Topological Transitions in Orbital-Symmetry-Controlled Chemical Reactions

TL;DR

This paper extends topological band theory concepts to strongly correlated molecular reactions using Green's functions, revealing new topological invariants that classify reaction pathways based on orbital symmetry.

Contribution

It introduces a Green's function formalism to classify orbital-symmetry-controlled reactions with strong correlations, identifying zero crossings as symmetry-forbidden pathways.

Findings

Symmetry-forbidden pathways characterized by Green's function zero crossings.

Introduces a topological invariant for reaction pathway classification.

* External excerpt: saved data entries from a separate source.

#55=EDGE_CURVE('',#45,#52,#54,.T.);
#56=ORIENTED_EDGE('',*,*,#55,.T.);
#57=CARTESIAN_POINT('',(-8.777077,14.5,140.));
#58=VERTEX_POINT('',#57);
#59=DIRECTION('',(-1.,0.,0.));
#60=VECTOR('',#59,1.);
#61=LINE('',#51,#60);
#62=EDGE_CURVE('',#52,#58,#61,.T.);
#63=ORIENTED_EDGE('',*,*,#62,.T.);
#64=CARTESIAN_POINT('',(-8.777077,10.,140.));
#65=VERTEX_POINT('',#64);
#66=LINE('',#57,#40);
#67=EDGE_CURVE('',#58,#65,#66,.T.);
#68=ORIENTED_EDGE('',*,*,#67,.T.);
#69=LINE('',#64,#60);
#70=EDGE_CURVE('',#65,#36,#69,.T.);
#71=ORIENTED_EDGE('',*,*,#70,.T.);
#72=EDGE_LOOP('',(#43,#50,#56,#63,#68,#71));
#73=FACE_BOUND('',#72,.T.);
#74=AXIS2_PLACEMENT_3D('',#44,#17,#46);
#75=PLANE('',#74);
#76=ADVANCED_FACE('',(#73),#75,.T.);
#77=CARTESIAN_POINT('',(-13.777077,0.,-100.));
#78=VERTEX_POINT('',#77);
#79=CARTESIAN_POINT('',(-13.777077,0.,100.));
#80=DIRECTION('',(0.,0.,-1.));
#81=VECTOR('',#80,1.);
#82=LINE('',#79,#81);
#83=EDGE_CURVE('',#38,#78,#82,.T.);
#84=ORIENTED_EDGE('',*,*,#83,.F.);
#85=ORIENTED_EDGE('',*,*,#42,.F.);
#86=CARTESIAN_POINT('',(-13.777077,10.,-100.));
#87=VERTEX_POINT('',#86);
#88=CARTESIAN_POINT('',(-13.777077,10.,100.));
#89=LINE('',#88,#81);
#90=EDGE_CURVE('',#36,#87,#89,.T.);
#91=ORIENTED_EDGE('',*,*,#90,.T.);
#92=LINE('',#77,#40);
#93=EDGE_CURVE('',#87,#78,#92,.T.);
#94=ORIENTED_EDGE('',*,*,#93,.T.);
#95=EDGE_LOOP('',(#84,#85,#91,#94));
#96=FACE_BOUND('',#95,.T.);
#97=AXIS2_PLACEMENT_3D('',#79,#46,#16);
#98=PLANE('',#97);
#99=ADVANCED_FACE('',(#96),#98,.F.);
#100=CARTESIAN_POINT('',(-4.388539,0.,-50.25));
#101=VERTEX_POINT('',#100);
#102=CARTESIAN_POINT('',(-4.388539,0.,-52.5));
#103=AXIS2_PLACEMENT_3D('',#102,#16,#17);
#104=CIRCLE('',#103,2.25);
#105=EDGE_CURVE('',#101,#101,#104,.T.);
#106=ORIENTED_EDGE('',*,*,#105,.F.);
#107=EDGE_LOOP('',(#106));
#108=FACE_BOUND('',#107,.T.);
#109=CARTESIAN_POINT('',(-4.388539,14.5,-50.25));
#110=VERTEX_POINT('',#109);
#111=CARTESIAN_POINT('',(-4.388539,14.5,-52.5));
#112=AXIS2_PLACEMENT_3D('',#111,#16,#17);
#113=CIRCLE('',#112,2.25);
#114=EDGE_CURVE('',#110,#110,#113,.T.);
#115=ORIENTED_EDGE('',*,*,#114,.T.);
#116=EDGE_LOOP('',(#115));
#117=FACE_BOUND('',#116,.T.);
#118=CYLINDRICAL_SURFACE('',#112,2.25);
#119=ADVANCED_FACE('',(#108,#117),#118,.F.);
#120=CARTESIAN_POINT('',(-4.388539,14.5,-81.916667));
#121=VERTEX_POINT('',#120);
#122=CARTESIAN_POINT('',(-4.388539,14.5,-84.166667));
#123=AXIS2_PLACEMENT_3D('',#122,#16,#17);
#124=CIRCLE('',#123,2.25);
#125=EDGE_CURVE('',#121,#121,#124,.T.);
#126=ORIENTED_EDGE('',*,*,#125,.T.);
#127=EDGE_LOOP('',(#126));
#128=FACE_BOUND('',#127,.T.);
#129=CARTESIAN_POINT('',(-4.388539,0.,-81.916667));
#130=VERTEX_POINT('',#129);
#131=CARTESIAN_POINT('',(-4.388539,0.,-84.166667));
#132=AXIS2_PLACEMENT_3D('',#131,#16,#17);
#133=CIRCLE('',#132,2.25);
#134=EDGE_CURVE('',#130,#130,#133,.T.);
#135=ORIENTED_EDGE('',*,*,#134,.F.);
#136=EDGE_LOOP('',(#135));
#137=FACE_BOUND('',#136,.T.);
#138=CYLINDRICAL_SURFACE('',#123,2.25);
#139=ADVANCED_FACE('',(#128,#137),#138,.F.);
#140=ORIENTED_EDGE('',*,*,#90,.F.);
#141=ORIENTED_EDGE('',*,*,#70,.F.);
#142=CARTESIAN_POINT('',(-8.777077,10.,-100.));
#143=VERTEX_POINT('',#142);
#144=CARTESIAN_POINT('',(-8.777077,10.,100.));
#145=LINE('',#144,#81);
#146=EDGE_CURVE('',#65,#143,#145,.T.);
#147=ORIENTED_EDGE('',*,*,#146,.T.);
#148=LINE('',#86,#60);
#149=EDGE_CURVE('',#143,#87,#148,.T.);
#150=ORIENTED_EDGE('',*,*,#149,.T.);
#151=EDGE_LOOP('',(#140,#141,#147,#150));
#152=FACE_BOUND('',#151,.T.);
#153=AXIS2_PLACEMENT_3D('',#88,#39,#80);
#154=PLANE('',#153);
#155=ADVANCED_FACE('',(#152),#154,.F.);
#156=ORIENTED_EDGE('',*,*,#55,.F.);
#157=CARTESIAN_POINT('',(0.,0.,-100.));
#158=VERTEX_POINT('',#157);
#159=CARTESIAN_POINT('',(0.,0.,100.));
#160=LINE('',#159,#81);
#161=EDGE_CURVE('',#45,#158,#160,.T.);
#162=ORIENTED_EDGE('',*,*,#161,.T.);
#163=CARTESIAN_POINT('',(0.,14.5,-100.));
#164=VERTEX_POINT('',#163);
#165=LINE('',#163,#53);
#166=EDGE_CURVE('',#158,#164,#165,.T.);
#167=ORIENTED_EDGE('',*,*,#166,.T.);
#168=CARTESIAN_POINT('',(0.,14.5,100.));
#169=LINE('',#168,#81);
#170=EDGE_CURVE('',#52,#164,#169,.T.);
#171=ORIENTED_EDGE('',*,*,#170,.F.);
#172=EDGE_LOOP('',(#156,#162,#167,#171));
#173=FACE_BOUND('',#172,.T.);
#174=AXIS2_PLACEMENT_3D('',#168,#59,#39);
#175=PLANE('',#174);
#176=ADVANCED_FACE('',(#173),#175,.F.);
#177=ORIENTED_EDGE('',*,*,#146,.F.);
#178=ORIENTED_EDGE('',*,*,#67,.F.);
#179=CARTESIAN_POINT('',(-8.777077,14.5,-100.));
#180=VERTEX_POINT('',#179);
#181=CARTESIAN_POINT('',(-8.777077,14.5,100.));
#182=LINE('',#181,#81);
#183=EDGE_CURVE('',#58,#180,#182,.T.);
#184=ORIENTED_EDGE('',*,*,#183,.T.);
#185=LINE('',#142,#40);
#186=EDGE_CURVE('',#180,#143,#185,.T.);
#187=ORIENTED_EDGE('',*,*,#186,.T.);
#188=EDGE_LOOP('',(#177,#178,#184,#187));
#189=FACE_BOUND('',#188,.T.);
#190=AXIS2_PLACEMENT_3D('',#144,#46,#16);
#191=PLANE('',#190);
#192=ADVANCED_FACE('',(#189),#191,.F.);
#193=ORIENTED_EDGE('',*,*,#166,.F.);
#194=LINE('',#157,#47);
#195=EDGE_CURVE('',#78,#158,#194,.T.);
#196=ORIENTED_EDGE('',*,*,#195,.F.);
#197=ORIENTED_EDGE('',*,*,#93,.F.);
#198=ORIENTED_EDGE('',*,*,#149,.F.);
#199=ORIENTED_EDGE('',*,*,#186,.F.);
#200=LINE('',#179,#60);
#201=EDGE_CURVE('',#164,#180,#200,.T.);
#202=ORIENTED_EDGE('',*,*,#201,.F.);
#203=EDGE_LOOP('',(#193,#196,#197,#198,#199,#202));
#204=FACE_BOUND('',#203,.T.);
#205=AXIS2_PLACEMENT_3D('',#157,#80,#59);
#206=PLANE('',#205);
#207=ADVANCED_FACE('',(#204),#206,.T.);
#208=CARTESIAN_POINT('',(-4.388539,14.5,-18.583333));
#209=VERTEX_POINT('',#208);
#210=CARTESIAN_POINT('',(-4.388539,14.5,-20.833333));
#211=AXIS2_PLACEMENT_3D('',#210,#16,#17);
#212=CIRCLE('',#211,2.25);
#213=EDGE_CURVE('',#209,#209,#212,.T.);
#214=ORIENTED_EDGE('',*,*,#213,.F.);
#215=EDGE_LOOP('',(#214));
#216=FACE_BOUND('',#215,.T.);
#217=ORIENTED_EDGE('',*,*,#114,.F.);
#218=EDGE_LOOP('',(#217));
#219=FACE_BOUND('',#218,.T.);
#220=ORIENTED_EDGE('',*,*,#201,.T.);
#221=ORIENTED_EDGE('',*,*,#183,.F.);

Framework applicable to reactions without spatial symmetry conservation.

Abstract

Topological band theory has transformed our understanding of crystalline materials by classifying the connectivity and crossings of electronic energy levels. Extending these concepts to molecular systems has therefore attracted significant interest. Reactions governed by orbital symmetry conservation are ideal candidates, as they classify pathways as symmetry-allowed or symmetry-forbidden depending on whether molecular orbitals cross along the reaction coordinate. However, the presence of strong electronic correlations in these reactions invalidate the framework underlying topological band theory, preventing direct generalization. Here, we introduce a formalism in terms of Green's functions to classify orbital symmetry controlled reactions even in the presence of strong electronic correlations. Focusing on prototypical 4$\pi$ electrocyclizations, we show that symmetry-forbidden pathways are characterized by crossings of Green's function zeros, in stark contrast to the crossings of poles as predicted by molecular-orbital theory. We introduce a topological invariant that identifies these symmetry protected crossings of both poles and zeros along a reaction coordinate and outline generalizations of our approach to reactions without any conserved spatial symmetries along the reaction path. Our work lays the groundwork for systematic application of modern topological methods to chemical reactions and can be extended to reactions involving different spin states or excited states.